That’s why an unlikely ally has entered the fray of the cop-watch movement—in action if not in name—to finally begin to fill in the most crucial blind spots: the police.


The context needed in Ferguson

When Ferguson, Mo., police officer Darren Wilson shot and killed Michael Brown in August, no one pressed record until Brown was already bloodied on the asphalt.

The results of his death were violent riots, vocal distrust, and outright hostility between the predominantly black city and its mostly white police force. The outpouring of grief and rage may have been sparked by this particular incident, but the relationship between Ferguson’s police and its people has been unbalanced since well before Brown died. The inequities extend from the department’s racial makeup to data showing the cops disproportionately target, search, and arrest black people even when white people are found with contraband more often.

In the weeks following the killing, a California-based group called We Copwatch traveled to Ferguson to equip the residents of the Canfield Green Apartments, where Brown died, with 110 video cameras to watch and record police activity in the wake of the riots. 

Those cameras were meant to complement the 50 body cameras Ferguson officers were given by two private companies about two weeks after Brown’s death. Other departments in the region quickly approved thousands of dollars’ worth of wearable cameras as well.

“They are really enjoying them,” Ferguson Police Chief Tom Jackson told the St. Louis Post-Dispatch. “They are trying to get used to using them.”

For most of the previous decade, the country’s biggest police departments were engaged in heated battles both in the courts and on the streets over the legality of videotaping cops. Cop-watch groups were deemed “extremists” in internal documents by the New York Police Department, and the American Civil Liberties Union went to court repeatedly to defend the right to record on-duty officers.

Today, the battle has been turned on its head. Increasingly, police want cameras running. The cop-watch movement, designed at first to protect citizens from abusive patrolmen, has been found to also protect the cops themselves from bogus complaints from civilians—not unlike the Russian dash cam culture that emerged to protect drivers from false insurance claims. Over 5,000 police departments around United States now have cop-camera programs, and similar programs are proliferating around the world.

Other cops “ask, ‘Oh, how do you like Big Brother?’” Laurel, Va., officer Matt Jordan recently told the Washington Post. “But I don’t have a problem with it. I like it.”

While many full departments don’t yet require wearing cameras, some individual police officers around the country buy their own cameras to use on the job. The conversation has taken center stage in the police community.

“I have worn one for years,” one anonymous officer, self-described as a member of the Los Angeles Police Department, wrote on Reddit, which has a substantial police community. “It’s proven the guilt of suspects 100 percent of the time and the D.A. loves it. Every complaint has been found baseless and made-up, or they were mad they got caught and thought making a complaint would help them. No police officer should go without wearing a camera.”

President Obama signed an executive order last week offering federal funding for 50,000 police cameras around the country.

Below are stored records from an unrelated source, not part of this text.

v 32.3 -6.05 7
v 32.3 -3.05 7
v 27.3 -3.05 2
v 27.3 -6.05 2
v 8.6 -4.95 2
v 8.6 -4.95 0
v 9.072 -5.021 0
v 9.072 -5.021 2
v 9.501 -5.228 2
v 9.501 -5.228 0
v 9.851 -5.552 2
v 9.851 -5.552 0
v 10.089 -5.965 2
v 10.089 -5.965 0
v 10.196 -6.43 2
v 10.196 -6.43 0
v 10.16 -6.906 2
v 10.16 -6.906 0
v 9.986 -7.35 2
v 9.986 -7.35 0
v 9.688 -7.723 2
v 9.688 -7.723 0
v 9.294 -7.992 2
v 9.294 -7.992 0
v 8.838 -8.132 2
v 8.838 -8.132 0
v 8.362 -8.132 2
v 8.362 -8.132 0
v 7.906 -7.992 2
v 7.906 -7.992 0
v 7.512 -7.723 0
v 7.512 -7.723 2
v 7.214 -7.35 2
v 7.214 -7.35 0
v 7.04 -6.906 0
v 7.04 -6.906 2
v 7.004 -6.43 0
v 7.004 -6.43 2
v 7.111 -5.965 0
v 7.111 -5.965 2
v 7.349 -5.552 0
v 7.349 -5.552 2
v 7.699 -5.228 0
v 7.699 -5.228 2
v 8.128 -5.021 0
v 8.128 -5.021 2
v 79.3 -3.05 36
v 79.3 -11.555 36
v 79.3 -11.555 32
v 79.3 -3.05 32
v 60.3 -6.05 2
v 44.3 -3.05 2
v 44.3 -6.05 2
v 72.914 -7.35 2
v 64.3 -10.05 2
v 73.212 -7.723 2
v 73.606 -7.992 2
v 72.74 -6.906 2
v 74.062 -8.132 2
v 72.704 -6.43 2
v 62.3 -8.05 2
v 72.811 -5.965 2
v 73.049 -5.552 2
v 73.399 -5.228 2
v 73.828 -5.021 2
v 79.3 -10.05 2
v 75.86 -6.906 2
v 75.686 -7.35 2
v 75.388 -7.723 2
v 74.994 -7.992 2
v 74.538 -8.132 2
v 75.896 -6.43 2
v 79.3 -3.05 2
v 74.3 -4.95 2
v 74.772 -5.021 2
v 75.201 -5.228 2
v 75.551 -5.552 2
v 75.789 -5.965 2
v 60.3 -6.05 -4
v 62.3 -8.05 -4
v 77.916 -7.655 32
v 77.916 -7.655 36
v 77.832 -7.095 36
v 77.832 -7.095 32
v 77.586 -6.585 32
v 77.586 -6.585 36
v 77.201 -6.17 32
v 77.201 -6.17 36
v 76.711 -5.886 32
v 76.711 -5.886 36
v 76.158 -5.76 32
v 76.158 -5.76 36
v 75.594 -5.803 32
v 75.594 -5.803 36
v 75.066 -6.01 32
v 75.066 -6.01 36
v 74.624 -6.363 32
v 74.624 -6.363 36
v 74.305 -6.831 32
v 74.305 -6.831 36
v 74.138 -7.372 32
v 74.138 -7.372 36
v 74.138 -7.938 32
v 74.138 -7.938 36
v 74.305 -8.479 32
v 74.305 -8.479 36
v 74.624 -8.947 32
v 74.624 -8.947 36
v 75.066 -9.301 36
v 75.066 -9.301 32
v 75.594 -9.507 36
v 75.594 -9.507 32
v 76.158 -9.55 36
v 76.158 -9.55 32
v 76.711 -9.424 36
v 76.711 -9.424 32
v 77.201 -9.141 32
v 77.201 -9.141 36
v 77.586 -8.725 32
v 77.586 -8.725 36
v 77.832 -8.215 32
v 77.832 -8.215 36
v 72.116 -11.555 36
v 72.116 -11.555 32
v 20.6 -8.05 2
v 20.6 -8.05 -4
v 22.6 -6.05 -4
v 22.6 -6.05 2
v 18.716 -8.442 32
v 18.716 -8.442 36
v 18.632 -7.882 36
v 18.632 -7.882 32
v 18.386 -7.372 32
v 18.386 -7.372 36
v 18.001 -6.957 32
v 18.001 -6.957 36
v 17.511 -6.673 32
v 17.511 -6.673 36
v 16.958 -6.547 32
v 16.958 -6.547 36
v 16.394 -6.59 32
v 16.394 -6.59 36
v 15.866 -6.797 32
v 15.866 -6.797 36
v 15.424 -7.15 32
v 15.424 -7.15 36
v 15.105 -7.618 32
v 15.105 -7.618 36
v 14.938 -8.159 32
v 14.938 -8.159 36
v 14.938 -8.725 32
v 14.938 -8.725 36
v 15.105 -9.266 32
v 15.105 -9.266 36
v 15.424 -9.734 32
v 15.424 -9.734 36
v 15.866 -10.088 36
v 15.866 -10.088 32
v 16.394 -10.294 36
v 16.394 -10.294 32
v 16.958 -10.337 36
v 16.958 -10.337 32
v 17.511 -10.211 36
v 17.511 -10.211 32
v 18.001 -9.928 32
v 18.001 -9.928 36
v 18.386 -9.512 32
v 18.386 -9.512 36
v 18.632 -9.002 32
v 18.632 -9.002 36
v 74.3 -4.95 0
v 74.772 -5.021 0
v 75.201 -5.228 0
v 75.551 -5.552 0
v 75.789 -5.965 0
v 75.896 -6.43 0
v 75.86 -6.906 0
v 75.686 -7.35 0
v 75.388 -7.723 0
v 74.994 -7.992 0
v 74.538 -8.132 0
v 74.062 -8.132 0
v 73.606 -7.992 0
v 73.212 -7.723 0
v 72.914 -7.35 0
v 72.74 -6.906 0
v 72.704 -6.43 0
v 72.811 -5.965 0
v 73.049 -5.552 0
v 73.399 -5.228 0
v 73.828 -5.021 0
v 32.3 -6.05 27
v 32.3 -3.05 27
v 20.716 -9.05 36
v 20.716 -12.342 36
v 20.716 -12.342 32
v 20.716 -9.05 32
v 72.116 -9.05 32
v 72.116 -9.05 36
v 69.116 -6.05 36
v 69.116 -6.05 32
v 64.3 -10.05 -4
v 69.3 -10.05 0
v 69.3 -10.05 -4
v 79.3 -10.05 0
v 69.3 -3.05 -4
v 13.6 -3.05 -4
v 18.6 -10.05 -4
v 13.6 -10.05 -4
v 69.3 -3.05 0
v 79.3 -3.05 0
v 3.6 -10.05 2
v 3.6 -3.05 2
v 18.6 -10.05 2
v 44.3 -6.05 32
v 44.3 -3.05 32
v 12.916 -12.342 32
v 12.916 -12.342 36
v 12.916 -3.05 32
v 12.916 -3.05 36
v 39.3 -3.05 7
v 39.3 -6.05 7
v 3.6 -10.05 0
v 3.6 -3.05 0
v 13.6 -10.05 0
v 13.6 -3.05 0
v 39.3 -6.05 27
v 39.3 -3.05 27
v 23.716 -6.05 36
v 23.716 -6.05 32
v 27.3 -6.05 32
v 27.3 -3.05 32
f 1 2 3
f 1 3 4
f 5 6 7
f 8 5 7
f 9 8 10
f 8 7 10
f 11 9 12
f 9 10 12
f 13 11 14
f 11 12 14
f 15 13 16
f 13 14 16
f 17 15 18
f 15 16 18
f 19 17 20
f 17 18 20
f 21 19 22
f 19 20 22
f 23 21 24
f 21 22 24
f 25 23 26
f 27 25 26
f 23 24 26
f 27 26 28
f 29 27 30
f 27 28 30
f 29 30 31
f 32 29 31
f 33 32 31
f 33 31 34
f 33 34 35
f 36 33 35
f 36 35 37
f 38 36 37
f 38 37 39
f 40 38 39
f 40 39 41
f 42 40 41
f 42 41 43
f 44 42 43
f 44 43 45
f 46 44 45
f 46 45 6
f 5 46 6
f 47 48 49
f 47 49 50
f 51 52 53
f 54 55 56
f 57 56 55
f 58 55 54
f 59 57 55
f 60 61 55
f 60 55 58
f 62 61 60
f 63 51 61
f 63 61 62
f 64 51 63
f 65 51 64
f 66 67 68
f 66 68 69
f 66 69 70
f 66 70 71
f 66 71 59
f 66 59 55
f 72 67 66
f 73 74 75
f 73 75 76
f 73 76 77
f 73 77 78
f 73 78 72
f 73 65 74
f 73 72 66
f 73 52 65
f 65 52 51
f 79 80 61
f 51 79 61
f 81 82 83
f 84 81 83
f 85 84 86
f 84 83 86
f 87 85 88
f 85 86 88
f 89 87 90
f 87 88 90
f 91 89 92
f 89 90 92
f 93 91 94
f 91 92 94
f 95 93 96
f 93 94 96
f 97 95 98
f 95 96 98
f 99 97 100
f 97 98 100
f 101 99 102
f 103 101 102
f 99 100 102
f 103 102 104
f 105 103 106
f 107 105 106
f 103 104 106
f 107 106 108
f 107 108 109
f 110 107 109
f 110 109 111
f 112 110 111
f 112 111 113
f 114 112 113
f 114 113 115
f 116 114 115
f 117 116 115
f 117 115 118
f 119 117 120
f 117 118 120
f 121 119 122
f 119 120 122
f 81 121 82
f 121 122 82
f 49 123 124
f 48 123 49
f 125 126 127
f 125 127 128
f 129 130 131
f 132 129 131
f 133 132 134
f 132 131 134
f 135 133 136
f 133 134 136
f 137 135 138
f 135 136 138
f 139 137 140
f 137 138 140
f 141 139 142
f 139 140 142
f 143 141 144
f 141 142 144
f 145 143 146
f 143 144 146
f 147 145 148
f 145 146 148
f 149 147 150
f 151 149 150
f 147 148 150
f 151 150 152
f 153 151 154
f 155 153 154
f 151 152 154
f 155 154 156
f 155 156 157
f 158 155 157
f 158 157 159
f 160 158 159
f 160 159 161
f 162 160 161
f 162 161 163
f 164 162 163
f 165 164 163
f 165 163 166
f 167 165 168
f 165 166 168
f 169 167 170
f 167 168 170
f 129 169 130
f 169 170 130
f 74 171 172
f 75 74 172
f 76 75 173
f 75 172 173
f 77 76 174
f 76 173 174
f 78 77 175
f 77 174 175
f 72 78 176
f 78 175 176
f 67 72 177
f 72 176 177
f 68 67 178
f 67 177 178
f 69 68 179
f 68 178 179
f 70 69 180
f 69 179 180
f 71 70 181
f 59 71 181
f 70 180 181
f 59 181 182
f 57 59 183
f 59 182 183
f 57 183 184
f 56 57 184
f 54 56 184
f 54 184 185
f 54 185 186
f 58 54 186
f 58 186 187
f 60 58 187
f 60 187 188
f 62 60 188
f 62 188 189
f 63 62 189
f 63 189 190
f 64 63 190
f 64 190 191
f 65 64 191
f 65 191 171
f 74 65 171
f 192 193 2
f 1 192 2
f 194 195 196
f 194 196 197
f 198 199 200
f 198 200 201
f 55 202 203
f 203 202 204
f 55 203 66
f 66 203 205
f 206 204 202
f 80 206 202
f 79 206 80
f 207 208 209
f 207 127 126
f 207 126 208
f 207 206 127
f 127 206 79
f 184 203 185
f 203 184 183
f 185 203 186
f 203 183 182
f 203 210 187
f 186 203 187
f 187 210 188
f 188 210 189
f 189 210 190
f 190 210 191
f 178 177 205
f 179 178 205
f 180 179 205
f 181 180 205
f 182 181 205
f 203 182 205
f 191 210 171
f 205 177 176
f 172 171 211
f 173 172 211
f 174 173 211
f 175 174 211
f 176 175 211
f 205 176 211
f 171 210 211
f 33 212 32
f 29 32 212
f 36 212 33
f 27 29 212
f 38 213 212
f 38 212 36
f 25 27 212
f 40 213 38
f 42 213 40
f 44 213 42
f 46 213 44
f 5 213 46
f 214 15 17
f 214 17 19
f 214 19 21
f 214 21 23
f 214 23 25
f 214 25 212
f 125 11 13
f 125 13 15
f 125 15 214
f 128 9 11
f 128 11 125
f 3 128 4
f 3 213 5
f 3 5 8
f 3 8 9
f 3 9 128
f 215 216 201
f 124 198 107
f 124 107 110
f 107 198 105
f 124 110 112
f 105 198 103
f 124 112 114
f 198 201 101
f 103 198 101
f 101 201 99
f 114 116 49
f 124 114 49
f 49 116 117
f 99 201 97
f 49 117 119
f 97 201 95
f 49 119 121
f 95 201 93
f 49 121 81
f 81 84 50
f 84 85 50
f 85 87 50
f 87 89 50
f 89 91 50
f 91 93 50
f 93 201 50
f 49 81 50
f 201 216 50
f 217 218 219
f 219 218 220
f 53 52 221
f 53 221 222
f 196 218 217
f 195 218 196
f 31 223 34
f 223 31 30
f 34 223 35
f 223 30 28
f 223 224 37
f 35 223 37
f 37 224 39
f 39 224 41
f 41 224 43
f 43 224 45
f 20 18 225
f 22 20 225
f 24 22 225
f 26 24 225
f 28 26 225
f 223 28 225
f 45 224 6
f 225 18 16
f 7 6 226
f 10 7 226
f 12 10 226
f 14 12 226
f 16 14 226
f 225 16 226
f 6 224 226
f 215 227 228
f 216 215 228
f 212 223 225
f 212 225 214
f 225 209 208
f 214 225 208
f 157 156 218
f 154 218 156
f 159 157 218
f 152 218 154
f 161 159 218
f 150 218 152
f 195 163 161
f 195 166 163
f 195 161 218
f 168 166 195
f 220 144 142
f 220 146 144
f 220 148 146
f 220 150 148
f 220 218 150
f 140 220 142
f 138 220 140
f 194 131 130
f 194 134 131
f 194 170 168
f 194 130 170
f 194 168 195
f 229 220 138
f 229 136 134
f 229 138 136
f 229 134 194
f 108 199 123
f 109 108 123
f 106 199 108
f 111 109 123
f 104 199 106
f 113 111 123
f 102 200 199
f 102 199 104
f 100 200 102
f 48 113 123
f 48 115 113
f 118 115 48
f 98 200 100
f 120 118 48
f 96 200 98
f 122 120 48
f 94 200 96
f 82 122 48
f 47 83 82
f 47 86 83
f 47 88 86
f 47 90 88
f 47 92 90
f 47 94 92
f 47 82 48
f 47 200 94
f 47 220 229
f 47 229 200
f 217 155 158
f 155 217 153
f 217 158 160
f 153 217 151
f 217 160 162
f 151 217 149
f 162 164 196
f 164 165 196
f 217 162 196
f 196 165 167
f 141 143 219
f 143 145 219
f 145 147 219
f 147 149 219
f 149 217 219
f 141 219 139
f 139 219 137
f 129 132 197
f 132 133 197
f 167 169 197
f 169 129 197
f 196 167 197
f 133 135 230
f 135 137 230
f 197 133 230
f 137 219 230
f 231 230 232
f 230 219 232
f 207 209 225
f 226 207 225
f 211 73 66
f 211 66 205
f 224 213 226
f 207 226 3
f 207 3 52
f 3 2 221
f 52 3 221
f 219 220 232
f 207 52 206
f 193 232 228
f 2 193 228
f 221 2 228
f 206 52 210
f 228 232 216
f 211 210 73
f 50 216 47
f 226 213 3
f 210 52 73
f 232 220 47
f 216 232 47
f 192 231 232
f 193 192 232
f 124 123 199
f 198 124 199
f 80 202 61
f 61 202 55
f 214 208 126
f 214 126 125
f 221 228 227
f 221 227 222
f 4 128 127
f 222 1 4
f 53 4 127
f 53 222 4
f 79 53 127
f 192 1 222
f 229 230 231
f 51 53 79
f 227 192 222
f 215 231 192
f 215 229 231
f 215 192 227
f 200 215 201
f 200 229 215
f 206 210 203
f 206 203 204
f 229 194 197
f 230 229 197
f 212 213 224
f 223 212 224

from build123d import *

# Parameters (mm, degrees)
SKETCH2_W           = 10
SKETCH2_H           = 2
SKETCH2_W_2         = 7
SKETCH2_H_2         = 34
BOSS_EXTRUDE1_DEPTH = 7
CUT_EXTRUDE1_REACH  = 91.384
SKETCH4_W           = 41.7
SKETCH4_H           = 4
SKETCH6_W           = 11.583545394
SKETCH6_H           = 3
SKETCH6_W_2         = 32.816454606
SKETCH6_W_3         = 7.183545394
SKETCH6_H_2         = 8.505079478
SKETCH6_R           = 1.9
SKETCH6_W_4         = 7.8
SKETCH6_H_3         = 9.292079478
BOSS_EXTRUDE2_DEPTH = 4
CHAMFER1_SIZE       = 5
CHAMFER2_SIZE       = 3
CHAMFER7_SIZE       = 2
SKETCH7_R           = 1.6
CUT_EXTRUDE2_DEPTH  = 3.5


with BuildPart() as part:
    # Sketch2 → Boss-Extrude1 (new body)
    with BuildSketch(Plane(origin=(0, -3.05, 0), x_dir=(1, 0, 0), z_dir=(0, 1, 0))):
        with Locations((74.3, -1)):
            Rectangle(SKETCH2_W, SKETCH2_H)
        Polygon((69.3, -2), (69.3, 0), (69.3, 4), (13.6, 4), (13.6, 0), (13.6, -2), (32.3, -2), (39.3, -2), align=None)
        with Locations((35.8, -19)):
            Rectangle(SKETCH2_W_2, SKETCH2_H_2)
        with Locations((8.6, -1)):
            Rectangle(SKETCH2_W, SKETCH2_H)
    extrude(amount=-BOSS_EXTRUDE1_DEPTH)

    # Cut-Extrude1: up to this face of the body (flat: up to its plane)
    cut_extrude1_end = Plane(part.part.faces().sort_by_distance((35.8, -6.55, 36))[0])
    # Sketch4 → Cut-Extrude1 (cut, up to the picked face)
    with BuildSketch(Plane(origin=(0, 0, -4), x_dir=(-1, 0, 0), z_dir=(0, 0, -1)), mode=Mode.PRIVATE) as cut_extrude1_sk1:
        with Locations((-41.45, -8.05)):
            Rectangle(SKETCH4_W, SKETCH4_H)
    cut_extrude1_tool1 = split(extrude(cut_extrude1_sk1.sketch, amount=-CUT_EXTRUDE1_REACH, mode=Mode.PRIVATE), bisect_by=cut_extrude1_end, keep=Keep.BOTH, mode=Mode.PRIVATE)
    add(cut_extrude1_tool1.solids().sort_by(Axis((41.45, -8.05, -4), (0, 0, 1)))[0], mode=Mode.SUBTRACT)

    # Sketch6 → Boss-Extrude2 (add)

Less than a week after Brown’s death in Ferguson, an Oakland cop was cleared of accusations of racism because he wore a body camera that recorded the entirety of an incident in which he stopped, questioned, and ultimately released a man who had entered an unlocked fire department. (Within two minutes, the man produced identification showing he was a firefighter, and the police officer apologized and let him go.)

“The video footage allows the community to see the events as they occurred,” Oakland Police Chief Sean Whent said in a statement following the incident. “The officers clearly acted within policy. We continue to be committed to transparency.”

There’s little doubt of the potential upside of on-body cameras. A year-long experiment by the Police Foundation showed that the use of body cameras “was associated with dramatic reductions in use-of-force and complaints against officers.” In Rialto, Calif., complaints against cops dropped by 88 percent and incidents of police force against civilians fell by 60 percent.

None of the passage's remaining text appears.